The Tribunal must take such measures as are reasonably practicable "to ensure that the parties have a reasonable opportunity to be heard or otherwise have their submissions considered in the proceedings": NCAT Act, s 38(5). That provision is a statement of the common law "hearing rule". That rule requires that a decision maker hear a person before making a decision affecting their interests. The obligation is flexible and depends, among other things, on the statutory context: Kioa v West (1985) 159 CLR 550 per Mason J at 585. One of the primary aims of the Guardianship Act 1987 (NSW) is to protect vulnerable people from neglect, abuse and exploitation: Guardianship Act, s 4(g). Another is the preservation of family relationships: s 4(e). In exercising any function, "the welfare and interests" of the subject person "should be given paramount consideration": Guardianship Act, s 4(a).
Each party was given an opportunity to make written submissions to the Tribunal and to provide any relevant documents before the hearing. Both ZAR and ZAS attended the hearing in the Guardianship Division and were given the opportunity to make submissions and answer questions. We agree with ZAR that the Tribunal Members interrupted him on several occasions to direct him to respond to the issues and that he spoke for less time than ZAS.
There is no requirement that parties be given equal periods of time to present their case or that they be permitted to speak uninterrupted. All that is required is that each party be given a "reasonable" opportunity to be heard. ZAR was given that opportunity. He did not identify any relevant points which he was unable to make, either because he was interrupted or because of the time he was given. We are satisfied the Tribunal afforded ZAR procedural fairness.
The second basis on which ZAR alleges that he was denied procedural fairness relates to ZAT. ZAT gave evidence by phone but the Tribunal did not ask her to remain on the line for the entire hearing. That was appropriate given the medical evidence the Tribunal had before it as to her level of cognition.
We accept ZAR's characterisation of his mother's evidence that she was very definite as to that she wanted to return to live in her own home but that the Tribunal refused to ring her a second time to get the truth about allegations made by the nursing home manager despite ZAR's request.
The nursing home manager gave evidence that ZAT has been assessed by ACAT (Aged Care Assessment Team) as needing permanent high care. At the nursing home she has access to 24 hour nursing care. She was assessed as needing personal care, toileting, set up for meals and one to one assistance when walking.
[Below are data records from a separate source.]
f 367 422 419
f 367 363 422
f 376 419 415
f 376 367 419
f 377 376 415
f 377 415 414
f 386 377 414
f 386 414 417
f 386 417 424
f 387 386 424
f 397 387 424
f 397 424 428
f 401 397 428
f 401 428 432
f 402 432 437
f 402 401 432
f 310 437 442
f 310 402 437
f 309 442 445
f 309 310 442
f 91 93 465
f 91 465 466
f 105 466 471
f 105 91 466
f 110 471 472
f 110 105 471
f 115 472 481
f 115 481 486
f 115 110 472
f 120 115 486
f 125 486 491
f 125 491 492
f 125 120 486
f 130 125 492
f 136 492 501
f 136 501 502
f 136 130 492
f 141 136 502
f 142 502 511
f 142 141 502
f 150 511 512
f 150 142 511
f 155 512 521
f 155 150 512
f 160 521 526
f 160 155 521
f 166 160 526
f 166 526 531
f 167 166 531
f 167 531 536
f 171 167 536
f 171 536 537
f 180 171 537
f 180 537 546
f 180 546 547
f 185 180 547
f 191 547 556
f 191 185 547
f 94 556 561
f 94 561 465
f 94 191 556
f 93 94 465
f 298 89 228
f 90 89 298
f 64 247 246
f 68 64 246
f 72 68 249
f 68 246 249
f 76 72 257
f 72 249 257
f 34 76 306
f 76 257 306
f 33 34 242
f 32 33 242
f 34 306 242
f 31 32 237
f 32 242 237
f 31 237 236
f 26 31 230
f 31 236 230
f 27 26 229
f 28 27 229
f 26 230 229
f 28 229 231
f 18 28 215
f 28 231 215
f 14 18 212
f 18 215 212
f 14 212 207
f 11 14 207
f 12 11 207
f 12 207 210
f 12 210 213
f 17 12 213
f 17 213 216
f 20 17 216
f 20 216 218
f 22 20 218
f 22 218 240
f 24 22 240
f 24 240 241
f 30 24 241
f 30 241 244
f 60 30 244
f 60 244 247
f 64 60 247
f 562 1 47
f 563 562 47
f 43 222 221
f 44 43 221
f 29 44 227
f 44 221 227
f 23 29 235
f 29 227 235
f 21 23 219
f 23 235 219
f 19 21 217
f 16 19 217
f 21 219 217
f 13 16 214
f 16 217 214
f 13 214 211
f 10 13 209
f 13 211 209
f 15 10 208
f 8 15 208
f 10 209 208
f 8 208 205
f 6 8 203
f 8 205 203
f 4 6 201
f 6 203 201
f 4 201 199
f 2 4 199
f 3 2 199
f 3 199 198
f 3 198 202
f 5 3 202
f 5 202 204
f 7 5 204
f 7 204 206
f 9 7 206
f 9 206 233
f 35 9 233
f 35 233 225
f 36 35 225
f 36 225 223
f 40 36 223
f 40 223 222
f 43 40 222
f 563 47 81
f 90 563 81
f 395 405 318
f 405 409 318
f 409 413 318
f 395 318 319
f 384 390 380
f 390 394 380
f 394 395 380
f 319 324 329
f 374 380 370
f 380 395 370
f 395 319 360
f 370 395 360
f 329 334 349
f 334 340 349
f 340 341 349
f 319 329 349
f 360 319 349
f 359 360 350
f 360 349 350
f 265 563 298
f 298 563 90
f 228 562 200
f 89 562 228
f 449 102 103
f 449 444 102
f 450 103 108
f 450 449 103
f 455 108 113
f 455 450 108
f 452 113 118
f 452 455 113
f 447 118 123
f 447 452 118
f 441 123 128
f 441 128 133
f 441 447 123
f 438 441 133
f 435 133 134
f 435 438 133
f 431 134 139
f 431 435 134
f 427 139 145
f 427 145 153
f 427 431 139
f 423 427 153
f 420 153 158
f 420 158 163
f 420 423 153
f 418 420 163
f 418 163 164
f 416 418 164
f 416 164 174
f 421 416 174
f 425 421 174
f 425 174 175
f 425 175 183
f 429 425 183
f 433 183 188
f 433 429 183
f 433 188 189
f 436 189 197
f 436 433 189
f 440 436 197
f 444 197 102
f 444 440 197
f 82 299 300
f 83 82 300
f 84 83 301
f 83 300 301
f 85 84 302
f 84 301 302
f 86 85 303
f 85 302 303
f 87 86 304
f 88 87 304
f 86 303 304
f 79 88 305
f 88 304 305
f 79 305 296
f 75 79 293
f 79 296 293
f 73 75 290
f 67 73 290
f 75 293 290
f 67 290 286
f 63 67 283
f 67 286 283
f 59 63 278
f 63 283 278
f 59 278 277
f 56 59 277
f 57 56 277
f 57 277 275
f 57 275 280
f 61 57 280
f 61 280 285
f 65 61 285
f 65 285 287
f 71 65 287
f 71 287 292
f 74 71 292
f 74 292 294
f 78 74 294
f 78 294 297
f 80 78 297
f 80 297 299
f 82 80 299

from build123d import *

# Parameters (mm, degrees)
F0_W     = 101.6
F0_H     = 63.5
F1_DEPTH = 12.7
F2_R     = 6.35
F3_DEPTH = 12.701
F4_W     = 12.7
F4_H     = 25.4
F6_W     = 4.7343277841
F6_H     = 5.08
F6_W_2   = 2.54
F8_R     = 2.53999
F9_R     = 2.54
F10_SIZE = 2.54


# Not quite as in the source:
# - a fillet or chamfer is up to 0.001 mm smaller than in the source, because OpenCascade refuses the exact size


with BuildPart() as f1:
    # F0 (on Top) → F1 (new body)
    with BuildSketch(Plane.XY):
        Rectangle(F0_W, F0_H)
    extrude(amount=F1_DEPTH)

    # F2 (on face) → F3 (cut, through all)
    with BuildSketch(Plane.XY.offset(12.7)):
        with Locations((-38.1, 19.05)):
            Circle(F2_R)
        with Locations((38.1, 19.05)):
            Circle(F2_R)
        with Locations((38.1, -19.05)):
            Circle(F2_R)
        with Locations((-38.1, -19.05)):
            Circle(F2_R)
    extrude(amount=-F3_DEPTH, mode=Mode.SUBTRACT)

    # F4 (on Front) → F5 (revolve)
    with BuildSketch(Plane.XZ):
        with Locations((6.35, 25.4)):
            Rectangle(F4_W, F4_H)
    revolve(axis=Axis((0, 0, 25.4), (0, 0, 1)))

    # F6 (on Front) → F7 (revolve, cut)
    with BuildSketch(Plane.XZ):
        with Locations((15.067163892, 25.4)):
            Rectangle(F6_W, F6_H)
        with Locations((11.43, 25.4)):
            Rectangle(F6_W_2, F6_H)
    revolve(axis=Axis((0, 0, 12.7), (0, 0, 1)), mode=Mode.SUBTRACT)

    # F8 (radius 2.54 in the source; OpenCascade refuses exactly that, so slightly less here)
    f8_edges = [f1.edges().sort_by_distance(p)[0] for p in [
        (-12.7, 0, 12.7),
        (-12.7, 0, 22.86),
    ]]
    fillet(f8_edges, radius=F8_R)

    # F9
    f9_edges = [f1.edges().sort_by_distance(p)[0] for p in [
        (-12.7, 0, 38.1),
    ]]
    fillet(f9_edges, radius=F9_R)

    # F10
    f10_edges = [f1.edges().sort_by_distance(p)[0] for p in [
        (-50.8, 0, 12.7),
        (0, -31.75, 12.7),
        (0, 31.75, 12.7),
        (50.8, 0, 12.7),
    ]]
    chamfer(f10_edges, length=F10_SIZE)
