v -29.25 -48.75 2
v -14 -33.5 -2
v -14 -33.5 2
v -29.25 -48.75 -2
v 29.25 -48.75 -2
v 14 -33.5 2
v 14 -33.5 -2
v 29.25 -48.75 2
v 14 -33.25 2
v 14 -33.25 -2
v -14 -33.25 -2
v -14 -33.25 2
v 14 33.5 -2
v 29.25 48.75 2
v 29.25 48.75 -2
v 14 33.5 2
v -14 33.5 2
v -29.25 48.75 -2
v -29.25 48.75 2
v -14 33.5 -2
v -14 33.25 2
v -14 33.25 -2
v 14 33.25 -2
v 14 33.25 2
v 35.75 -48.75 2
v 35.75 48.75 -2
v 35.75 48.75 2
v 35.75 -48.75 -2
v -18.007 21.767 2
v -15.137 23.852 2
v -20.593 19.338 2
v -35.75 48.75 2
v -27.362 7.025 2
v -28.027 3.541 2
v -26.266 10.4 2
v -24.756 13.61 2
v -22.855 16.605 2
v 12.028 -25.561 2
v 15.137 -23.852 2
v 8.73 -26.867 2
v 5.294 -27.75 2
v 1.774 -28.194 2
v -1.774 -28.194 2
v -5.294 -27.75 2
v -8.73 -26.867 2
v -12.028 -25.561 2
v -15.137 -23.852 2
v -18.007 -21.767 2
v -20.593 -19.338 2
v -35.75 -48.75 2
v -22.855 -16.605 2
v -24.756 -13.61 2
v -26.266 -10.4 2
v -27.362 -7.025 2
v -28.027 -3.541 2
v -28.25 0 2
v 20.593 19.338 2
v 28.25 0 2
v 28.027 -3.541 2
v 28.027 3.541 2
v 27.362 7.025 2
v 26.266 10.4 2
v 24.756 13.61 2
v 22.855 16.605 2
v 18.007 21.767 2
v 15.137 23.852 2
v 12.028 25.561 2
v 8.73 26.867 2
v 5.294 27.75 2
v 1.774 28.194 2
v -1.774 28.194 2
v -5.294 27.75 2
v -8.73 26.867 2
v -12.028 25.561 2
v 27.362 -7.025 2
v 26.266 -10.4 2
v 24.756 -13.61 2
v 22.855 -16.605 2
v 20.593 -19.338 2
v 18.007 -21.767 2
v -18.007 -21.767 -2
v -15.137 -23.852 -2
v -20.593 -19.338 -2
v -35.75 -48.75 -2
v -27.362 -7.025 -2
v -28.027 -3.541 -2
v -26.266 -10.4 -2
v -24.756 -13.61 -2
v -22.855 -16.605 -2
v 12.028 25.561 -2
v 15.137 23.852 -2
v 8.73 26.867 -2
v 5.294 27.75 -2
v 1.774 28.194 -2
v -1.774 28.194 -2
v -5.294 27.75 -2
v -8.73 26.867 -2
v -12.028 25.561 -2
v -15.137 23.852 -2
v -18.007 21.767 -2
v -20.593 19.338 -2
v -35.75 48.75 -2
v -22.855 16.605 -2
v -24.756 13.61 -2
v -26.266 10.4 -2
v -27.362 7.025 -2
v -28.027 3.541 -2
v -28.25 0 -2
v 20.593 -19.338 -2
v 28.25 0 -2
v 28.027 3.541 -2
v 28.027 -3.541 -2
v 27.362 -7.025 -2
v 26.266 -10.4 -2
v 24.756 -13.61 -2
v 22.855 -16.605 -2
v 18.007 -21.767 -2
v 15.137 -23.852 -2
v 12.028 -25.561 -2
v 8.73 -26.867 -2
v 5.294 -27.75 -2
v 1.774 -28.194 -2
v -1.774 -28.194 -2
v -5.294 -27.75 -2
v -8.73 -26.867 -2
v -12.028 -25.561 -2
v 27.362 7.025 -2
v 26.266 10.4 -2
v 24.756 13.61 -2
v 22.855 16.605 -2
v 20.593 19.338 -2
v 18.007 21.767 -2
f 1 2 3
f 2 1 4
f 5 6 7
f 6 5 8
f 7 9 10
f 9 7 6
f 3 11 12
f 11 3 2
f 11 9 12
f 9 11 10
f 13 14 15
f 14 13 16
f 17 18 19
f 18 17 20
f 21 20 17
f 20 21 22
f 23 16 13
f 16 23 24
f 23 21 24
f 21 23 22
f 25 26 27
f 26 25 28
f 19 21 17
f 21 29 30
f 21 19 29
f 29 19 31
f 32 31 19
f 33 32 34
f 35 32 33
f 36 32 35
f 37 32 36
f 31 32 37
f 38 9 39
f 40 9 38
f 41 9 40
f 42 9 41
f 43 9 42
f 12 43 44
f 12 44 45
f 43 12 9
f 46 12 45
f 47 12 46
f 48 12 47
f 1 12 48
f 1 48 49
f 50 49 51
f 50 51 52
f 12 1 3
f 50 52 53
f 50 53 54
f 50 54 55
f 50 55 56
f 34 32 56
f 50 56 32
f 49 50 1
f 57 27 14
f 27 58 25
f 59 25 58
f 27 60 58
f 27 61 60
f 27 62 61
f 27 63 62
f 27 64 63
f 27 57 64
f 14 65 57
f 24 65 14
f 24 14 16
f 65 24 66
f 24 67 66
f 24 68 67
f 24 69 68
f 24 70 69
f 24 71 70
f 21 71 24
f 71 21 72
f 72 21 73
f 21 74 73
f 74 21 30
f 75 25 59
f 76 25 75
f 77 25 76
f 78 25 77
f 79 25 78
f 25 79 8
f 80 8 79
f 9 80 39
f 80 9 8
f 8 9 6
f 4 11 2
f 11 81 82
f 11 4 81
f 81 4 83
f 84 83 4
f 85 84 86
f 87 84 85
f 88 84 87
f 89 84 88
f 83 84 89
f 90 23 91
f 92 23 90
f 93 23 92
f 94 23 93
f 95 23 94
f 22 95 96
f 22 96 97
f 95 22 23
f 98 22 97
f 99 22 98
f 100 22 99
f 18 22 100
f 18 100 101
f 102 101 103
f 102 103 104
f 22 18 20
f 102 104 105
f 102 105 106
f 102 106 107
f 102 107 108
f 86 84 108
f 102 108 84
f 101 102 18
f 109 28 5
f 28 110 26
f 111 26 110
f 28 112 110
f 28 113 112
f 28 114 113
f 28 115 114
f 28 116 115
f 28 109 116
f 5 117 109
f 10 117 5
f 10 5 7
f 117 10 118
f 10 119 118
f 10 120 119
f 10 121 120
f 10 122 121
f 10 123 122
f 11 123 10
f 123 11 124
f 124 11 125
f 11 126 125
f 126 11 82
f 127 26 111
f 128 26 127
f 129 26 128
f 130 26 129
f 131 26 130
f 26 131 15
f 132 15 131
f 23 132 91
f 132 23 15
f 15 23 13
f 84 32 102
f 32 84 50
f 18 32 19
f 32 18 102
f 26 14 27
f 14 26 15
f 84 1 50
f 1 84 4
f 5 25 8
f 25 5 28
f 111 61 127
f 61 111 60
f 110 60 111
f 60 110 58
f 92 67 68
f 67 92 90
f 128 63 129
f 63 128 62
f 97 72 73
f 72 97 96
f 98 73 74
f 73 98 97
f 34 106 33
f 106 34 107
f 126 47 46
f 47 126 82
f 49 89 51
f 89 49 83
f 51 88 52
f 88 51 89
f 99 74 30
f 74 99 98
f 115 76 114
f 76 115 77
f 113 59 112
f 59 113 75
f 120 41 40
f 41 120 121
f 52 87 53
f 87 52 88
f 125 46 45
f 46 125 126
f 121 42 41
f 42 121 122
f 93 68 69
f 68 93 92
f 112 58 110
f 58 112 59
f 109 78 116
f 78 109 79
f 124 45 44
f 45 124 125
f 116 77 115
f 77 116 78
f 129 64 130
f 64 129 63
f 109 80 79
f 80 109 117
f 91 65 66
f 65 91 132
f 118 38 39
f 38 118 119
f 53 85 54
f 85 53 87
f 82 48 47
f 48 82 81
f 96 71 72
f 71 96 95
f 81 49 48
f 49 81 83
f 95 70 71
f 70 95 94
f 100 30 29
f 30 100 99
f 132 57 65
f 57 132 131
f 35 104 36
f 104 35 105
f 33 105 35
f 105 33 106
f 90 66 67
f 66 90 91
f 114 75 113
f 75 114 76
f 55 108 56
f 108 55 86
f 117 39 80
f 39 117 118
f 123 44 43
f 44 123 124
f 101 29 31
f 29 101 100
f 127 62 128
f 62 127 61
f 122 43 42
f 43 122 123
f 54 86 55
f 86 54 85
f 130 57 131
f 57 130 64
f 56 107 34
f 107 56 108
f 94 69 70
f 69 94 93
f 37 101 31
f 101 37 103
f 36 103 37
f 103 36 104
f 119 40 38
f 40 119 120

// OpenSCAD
// file: ../mods/half_cube.scad
/*
 * module: half_cube
 *         This module generates a triangular prism taking a half of a
 *         cube defined by xy_dim and z_dim parameters. Using cut = 50,
 *         the cutting line will go from a vertex to the opposite one.
 *
 * author: Felipe Torres González<torresfelipex1@gmail.com>
 * date: 20220319
 * version: 1.0
 */
module half_cube( xy_dim, z_dim, cut = 50 ) {
    difference() {
        cube( [ xy_dim, xy_dim, z_dim ], center = true );
        rotate([0,0,45])
        translate([xy_dim*cut/100, 0, 0])
        cube( [ xy_dim, xy_dim*2, z_dim+4 ], center = true );
    }
}
// main file
/*
 * planter_holder.scad
 * ===================
 *
 * This design aims to be used as a holder for yogurt containers. In Spain, regular
 * yogurt containers are perfect for growing seeds. The idea is to have some sort
 * of structure that can hold many of this things to build a seedbed.
 *
 * author: Felipe Torres González<torresfelipex1@gmail.com>
 * date: 20220319
 * version: 1.0
 */

use <../mods/half_cube.scad>

/*
 * Generic parameters
 * ==================
 *
*/
// Dimension tolerance. Applied to all dimensions that interact with external objects.
g_TOLERANCE = 0.5;
// X&Y Scaling factor. Easily scale the entire model along X&Y axis.
g_XYSCALE_FACTOR = 1.0;

/*
 * Planter shape
 * =============
 * 
 * Define the dimensions of the planter.
 *
 */
// External diameter of the planter
plt_external_d = 56;
// Border size of the wings (minimum)
plt_border = 5;

/*
 * Holder definitions
 *
 */
// Borders height of the object
hldr_border_ht = 3.5;
// X size of the lateral wings
hldr_xwing_size = plt_border + 2;
// Y size of the lateral wings
hldr_ywing_size = plt_border + 15;

/*
 * Customization of the Y wings
 */
// Size of the bevel
bevel_cube_size = 15;
// Distance from the X wing border to the start of the bevel
hldr_corner = 6;


/* 
 * ADJUST(x): Applies the tolerance value and the scaling factor
 */

function XYADJUST(x) = (x + g_TOLERANCE) * g_XYSCALE_FACTOR;
function ZADJUST(x) = (x + g_TOLERANCE);

/*
 * module: holder_shaper
 *         This module defines the shape of the cut to be given to the
 *         Y wing of the plant holder. 
 *         Requires the module `half_cube`.
 */
module holder_shaper ( length, width, heigth, cut = 50 ) {
    union() {
        color("grey", 1.0)
        translate([
            -length+width/2,
            0,
            0])
        rotate([0,0,90])
        half_cube(width,heigth+2);

        color("grey", 1.0)
        translate([
            length-width/2,
            0,
            0])
        rotate([0,0,0])
        half_cube(width,heigth+2);

        color("grey", 1.0)
        translate([0,0,0])
        cube([
            length*2-width*2+0.5, 
            width, 
            heigth+2], 
            center = true);
    }
}




i_plt_external_d = XYADJUST(plt_external_d);
i_hldr_border_ht = ZADJUST(hldr_border_ht);
i_hldr_xwing_size = XYADJUST(hldr_xwing_size);
i_hldr_ywing_size = XYADJUST(hldr_ywing_size);

$fn = 50;


i_hldr_external_x_size = i_plt_external_d + i_hldr_xwing_size * 2;
i_hldr_external_y_size = i_plt_external_d + i_hldr_ywing_size * 2;
i_half_holder_x_size = i_hldr_external_x_size/2;
i_half_holder_y_size = i_hldr_external_y_size/2;

difference() {
    // Part design
    cube([i_hldr_external_x_size,
          i_hldr_external_y_size,
          i_hldr_border_ht], 
          center = true
    );
    
    i_bevel_cube_size = bevel_cube_size;
    i_hldr_corner = hldr_corner;

    // Ghost part: planter
    color("grey", 1.0)
    cylinder(h = i_hldr_border_ht+4, r = i_plt_external_d/2, center = true);

    translate([0,-i_half_holder_y_size+i_bevel_cube_size/2, 0])
    holder_shaper( i_half_holder_x_size-i_hldr_corner, 
                   i_bevel_cube_size+1, 
                   hldr_border_ht );

    translate([0,i_half_holder_y_size-i_bevel_cube_size/2, 0])
    rotate([0,0,180])
    holder_shaper( i_half_holder_x_size-i_hldr_corner, 
                   i_bevel_cube_size+1, 
                   hldr_border_ht );   
}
The manager accepted that ZAT would be able to live at home if 24 hour care was available. She expressed the view that ZAT was unable to give informed consent to the taking of 'major medications'.
In the context of determining who should be the financial manager if a financial management order was made, the Tribunal commented that if ZAT were to go home she would need a high level of support. ZAR responded saying that he would like to dispute the manager's evidence. He said that, "If you asked mum who showers her, who takes her to the toilet, who dresses her, she does that all by herself". The presiding member responded by saying, "Well, that's not the evidence from the manager".
While every detail of the evidence given in the absence of a party is not required to be put to that party, the substance or gravamen of that evidence should be disclosed: Re Pochi and Minister for Immigration and Ethnic Affairs (1979) 26 ALR 247; Re Pergamon Press Ltd [1971] Ch 388; Ansell v Wells (1982) 43 ALR 41.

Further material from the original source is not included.